WHAT THE TASK ASKS: Show me every line in the listing that has the word "AttachmentSupport".
INFORMATION SHOWN START
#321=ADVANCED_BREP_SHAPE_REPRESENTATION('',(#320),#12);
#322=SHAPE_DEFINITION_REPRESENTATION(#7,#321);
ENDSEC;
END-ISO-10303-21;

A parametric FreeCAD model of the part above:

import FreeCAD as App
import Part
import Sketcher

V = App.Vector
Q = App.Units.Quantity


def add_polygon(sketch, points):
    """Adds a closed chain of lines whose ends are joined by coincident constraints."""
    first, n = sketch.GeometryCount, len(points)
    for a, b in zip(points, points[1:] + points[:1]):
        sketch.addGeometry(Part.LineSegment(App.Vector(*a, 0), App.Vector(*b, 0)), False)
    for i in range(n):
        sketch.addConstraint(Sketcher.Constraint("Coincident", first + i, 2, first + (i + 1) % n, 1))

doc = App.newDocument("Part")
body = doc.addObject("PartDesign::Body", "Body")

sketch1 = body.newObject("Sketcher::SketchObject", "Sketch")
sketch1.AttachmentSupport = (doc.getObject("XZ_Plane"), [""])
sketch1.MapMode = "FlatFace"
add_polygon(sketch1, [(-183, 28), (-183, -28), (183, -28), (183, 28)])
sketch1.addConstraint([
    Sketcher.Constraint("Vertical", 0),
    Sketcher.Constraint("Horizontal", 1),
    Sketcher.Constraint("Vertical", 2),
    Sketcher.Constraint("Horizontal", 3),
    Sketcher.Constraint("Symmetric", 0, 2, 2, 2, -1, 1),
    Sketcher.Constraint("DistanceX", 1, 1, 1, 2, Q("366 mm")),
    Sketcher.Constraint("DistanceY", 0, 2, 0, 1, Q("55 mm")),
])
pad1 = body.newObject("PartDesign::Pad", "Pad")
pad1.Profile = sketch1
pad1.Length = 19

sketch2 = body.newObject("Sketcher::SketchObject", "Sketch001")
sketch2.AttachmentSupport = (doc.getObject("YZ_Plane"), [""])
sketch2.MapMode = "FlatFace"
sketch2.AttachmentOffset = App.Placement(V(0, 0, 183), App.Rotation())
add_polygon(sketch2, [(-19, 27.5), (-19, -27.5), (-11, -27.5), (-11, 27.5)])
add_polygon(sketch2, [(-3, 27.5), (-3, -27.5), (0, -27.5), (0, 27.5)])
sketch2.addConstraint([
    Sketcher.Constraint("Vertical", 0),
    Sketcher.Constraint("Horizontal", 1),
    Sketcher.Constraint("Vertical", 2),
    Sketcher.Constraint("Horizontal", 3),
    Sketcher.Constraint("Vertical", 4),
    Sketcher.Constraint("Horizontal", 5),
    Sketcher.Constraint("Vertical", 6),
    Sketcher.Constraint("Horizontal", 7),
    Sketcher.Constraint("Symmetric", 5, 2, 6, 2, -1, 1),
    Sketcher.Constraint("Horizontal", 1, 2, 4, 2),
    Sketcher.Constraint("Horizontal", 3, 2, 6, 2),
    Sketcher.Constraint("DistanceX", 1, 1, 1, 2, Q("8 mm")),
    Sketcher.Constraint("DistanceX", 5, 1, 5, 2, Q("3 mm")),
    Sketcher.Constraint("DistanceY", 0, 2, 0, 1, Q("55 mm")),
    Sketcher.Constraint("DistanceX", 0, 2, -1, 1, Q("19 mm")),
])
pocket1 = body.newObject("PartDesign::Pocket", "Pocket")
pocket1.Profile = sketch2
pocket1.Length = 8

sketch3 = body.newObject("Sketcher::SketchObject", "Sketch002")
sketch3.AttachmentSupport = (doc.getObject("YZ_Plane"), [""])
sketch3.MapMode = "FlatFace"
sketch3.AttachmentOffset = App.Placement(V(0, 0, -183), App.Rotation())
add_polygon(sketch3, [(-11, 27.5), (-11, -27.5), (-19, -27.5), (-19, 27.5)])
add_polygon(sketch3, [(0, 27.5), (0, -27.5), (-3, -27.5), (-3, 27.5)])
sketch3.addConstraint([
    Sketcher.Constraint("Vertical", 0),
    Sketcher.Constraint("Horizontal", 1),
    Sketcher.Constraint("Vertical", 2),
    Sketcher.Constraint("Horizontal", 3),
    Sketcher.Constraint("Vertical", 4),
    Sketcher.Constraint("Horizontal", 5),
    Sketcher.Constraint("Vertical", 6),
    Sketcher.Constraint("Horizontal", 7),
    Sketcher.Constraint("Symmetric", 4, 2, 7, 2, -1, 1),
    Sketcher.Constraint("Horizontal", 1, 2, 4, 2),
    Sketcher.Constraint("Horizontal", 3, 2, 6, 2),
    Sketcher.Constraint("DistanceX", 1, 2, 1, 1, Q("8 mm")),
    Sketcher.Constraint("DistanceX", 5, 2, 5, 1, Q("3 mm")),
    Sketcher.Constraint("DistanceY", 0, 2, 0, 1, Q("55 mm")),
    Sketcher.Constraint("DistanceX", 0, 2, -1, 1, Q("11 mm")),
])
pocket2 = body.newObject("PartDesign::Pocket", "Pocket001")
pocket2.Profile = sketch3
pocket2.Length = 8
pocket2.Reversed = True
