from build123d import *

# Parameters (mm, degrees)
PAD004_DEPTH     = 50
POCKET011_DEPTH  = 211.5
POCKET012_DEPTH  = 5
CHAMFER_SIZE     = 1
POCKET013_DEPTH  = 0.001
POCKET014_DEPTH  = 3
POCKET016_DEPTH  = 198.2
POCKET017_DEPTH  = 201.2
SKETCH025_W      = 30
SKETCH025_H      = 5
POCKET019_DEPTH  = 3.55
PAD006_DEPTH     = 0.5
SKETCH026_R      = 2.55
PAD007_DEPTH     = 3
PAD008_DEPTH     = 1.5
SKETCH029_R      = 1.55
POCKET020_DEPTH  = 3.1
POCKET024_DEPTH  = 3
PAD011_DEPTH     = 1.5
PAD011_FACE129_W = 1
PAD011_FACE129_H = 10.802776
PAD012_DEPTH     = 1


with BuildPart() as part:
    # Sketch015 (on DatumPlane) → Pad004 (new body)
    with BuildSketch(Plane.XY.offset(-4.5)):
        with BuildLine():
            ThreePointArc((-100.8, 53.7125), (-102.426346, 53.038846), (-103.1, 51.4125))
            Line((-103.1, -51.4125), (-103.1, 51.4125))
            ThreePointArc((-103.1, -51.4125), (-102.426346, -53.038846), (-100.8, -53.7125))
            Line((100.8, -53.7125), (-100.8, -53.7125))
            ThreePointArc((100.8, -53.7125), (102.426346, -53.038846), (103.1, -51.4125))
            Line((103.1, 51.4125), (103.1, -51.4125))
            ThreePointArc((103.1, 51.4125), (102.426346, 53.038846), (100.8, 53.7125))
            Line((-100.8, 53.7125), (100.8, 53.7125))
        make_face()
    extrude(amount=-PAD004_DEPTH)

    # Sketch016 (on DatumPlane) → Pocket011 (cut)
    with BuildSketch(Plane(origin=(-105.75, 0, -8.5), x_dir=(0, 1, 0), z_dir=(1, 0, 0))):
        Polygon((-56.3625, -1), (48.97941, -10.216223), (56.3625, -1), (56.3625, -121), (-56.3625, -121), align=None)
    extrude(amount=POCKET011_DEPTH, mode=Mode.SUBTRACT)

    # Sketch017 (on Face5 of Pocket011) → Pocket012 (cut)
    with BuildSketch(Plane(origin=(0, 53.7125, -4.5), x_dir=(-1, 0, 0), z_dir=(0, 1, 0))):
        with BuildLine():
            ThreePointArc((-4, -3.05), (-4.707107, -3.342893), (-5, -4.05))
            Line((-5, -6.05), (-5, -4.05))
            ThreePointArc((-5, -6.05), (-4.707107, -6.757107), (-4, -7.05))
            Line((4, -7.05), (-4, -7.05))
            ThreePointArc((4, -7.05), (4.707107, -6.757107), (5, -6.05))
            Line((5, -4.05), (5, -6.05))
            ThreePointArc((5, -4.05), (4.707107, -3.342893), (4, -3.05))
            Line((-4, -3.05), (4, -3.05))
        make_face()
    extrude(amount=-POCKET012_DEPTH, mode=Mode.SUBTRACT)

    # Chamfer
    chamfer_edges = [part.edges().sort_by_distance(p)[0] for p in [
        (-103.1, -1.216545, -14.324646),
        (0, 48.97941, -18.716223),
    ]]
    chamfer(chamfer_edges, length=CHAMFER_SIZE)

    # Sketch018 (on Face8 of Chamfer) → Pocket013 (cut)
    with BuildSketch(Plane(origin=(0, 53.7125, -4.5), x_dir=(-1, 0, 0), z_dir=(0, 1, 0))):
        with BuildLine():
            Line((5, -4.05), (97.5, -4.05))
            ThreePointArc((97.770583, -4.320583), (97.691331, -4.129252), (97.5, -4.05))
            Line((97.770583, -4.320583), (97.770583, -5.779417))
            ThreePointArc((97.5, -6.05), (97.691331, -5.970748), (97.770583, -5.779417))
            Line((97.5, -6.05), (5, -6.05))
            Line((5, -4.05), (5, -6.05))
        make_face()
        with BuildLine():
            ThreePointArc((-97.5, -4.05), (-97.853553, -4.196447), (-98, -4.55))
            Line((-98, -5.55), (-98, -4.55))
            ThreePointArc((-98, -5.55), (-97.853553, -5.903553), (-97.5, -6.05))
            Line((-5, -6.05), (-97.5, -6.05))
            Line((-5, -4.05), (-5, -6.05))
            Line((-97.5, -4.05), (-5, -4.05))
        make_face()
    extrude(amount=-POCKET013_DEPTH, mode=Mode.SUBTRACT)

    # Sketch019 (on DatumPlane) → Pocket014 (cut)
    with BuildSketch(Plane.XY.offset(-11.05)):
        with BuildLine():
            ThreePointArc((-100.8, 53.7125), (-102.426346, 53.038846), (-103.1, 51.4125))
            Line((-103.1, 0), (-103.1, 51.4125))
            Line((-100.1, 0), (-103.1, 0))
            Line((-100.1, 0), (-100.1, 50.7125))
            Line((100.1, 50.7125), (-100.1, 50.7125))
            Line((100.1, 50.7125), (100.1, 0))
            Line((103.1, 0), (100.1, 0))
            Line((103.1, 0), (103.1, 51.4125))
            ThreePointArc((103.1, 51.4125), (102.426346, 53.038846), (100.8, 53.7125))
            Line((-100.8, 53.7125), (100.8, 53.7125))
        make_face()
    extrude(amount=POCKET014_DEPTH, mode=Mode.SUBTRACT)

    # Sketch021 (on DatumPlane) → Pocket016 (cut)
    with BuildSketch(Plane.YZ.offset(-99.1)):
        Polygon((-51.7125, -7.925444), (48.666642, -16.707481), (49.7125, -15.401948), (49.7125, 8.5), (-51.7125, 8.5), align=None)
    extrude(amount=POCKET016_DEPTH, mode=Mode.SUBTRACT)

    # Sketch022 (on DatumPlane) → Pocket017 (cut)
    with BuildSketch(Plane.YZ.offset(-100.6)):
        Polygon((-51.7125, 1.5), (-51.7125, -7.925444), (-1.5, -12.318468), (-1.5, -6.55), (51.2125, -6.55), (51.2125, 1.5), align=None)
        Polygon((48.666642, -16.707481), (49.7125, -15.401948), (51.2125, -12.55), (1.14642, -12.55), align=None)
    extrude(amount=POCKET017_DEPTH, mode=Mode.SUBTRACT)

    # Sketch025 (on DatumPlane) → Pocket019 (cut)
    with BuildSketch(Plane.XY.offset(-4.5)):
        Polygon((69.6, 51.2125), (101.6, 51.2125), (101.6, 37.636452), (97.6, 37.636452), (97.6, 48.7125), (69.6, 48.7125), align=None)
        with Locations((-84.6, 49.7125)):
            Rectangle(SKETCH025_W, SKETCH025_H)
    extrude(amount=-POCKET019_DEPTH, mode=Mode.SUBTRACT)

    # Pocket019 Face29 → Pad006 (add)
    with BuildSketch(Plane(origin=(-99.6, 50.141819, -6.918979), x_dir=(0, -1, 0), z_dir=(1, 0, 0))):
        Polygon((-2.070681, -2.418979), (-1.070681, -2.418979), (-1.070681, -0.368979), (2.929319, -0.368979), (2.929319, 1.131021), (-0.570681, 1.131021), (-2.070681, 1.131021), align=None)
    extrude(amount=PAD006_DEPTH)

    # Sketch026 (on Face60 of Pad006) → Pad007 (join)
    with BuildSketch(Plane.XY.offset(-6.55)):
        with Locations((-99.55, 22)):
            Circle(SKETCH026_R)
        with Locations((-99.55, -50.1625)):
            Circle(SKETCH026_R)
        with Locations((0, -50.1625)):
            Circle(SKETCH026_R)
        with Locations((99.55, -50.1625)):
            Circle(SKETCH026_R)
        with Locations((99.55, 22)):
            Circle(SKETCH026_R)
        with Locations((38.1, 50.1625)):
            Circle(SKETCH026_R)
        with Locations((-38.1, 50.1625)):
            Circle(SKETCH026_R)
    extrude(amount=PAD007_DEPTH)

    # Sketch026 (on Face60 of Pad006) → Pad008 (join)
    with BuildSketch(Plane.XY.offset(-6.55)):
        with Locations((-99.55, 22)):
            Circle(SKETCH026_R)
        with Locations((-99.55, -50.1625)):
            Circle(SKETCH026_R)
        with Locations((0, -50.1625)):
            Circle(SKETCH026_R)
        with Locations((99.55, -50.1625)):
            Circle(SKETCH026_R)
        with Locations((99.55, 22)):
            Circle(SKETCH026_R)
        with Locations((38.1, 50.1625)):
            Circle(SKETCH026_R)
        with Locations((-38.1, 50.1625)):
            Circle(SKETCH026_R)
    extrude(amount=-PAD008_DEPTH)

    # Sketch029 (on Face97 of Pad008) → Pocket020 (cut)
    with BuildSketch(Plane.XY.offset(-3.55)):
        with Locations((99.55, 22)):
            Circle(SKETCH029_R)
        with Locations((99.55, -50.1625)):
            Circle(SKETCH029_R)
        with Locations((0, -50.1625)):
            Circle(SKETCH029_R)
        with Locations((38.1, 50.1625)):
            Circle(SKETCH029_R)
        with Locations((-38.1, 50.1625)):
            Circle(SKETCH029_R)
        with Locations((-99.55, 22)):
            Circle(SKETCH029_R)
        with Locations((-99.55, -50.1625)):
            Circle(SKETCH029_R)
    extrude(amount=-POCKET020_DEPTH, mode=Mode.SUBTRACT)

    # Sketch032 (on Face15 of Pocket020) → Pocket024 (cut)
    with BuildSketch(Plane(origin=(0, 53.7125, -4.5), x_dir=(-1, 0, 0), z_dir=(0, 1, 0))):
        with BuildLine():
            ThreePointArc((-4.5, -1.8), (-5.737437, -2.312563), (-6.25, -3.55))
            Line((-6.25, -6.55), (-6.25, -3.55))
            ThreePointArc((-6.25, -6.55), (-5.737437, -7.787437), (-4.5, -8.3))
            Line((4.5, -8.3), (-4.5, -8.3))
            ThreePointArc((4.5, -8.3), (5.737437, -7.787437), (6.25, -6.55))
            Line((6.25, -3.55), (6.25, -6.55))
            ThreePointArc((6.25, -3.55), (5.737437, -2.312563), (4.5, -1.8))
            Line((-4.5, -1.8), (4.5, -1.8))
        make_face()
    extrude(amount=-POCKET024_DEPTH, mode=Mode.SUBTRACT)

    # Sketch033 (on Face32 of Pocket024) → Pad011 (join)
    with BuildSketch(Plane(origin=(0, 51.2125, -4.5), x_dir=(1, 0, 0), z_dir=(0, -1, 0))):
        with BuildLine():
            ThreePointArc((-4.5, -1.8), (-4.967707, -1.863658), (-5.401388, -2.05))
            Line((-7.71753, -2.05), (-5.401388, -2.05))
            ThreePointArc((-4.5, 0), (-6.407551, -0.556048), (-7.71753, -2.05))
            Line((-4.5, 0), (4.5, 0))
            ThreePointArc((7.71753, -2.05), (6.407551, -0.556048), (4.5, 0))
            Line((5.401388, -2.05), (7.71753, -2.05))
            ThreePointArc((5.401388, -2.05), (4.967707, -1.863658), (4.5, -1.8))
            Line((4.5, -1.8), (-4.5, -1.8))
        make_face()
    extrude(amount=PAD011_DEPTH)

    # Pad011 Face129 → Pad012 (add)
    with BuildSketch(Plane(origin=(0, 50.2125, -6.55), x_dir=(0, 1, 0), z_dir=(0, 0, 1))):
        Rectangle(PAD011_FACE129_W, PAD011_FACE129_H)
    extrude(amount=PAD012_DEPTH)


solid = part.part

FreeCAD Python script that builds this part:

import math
import FreeCAD as App
import Part
import Sketcher

V = App.Vector
Q = App.Units.Quantity


def edges_at(feature, points):
    """Names of the edges that pass closest to the given points."""
    edges = feature.Shape.Edges
    near = lambda p: min(range(len(edges)), key=lambda i: edges[i].distToShape(Part.Vertex(*p))[0])
    return sorted({f"Edge{near(p) + 1}" for p in points})

doc = App.newDocument("Part")
params = doc.addObject("Spreadsheet::Sheet", "Params")
for row, (alias, value) in enumerate([
    ("sketch1_radius", "2.299999 mm"),
    ("sketch1_width", "201.6 mm"),
    ("pad1_length", "50 mm"),
    ("sketch2_height", "120 mm"),
    ("pocket1_length", "211.5 mm"),
    ("sketch3_radius", "0.999999 mm"),
    ("sketch3_width", "8 mm"),
    ("sketch3_height", "2 mm"),
    ("pocket2_length", "5 mm"),
    ("chamfer_size", "1 mm"),
    ("sketch4_radius", "0.500001 mm"),
    ("sketch4_height", "2 mm"),
    ("sketch4_height2", "1 mm"),
    ("sketch4_width", "92.5 mm"),
    ("pocket3_length", "0.001 mm"),
    ("sketch5_radius", "2.299999 mm"),
    ("sketch5_width", "3 mm"),
    ("sketch5_width2", "200.2 mm"),
    ("pocket4_length", "3 mm"),
    ("pocket5_length", "198.2 mm"),
    ("sketch7_height", "8.05 mm"),
    ("pocket6_length", "201.2 mm"),
    ("sketch8_width", "32 mm"),
    ("sketch8_width2", "28 mm"),
    ("sketch8_width3", "30 mm"),
    ("sketch8_height", "5 mm"),
    ("sketch8_height2", "2.5 mm"),
    ("pocket7_length", "3.55 mm"),
    ("sketch9_width", "1 mm"),
    ("sketch9_width2", "4 mm"),
    ("sketch9_height", "1.5 mm"),
    ("sketch9_height2", "2.05 mm"),
    ("pad2_length", "0.5 mm"),
    ("sketch10_diameter", "5.1 mm"),
    ("pad3_length", "3 mm"),
    ("sketch11_diameter", "5.1 mm"),
    ("pad4_length", "1.5 mm"),
    ("sketch12_diameter", "3.1 mm"),
    ("pocket8_length", "3.1 mm"),
    ("sketch13_width", "9 mm"),
    ("sketch13_height", "3 mm"),
    ("sketch13_radius", "1.75 mm"),
    ("pocket9_length", "3 mm"),
    ("sketch14_width", "9 mm"),
    ("sketch14_radius", "3.55 mm"),
    ("pad5_length", "1.5 mm"),
    ("sketch15_height", "1 mm"),
    ("pad6_length", "1 mm"),
], start=1):
    params.set(f"A{row}", alias)
    params.set(f"B{row}", "=" + value)
    params.setAlias(f"B{row}", alias)

body = doc.addObject("PartDesign::Body", "Body")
INFORMATION SHOWN END
WRITTEN ANSWER:
sketch1.AttachmentSupport = (doc.getObject("XZ_Plane"), [""])
sketch2.AttachmentSupport = (doc.getObject("YZ_Plane"), [""])
sketch3.AttachmentSupport = (doc.getObject("YZ_Plane"), [""])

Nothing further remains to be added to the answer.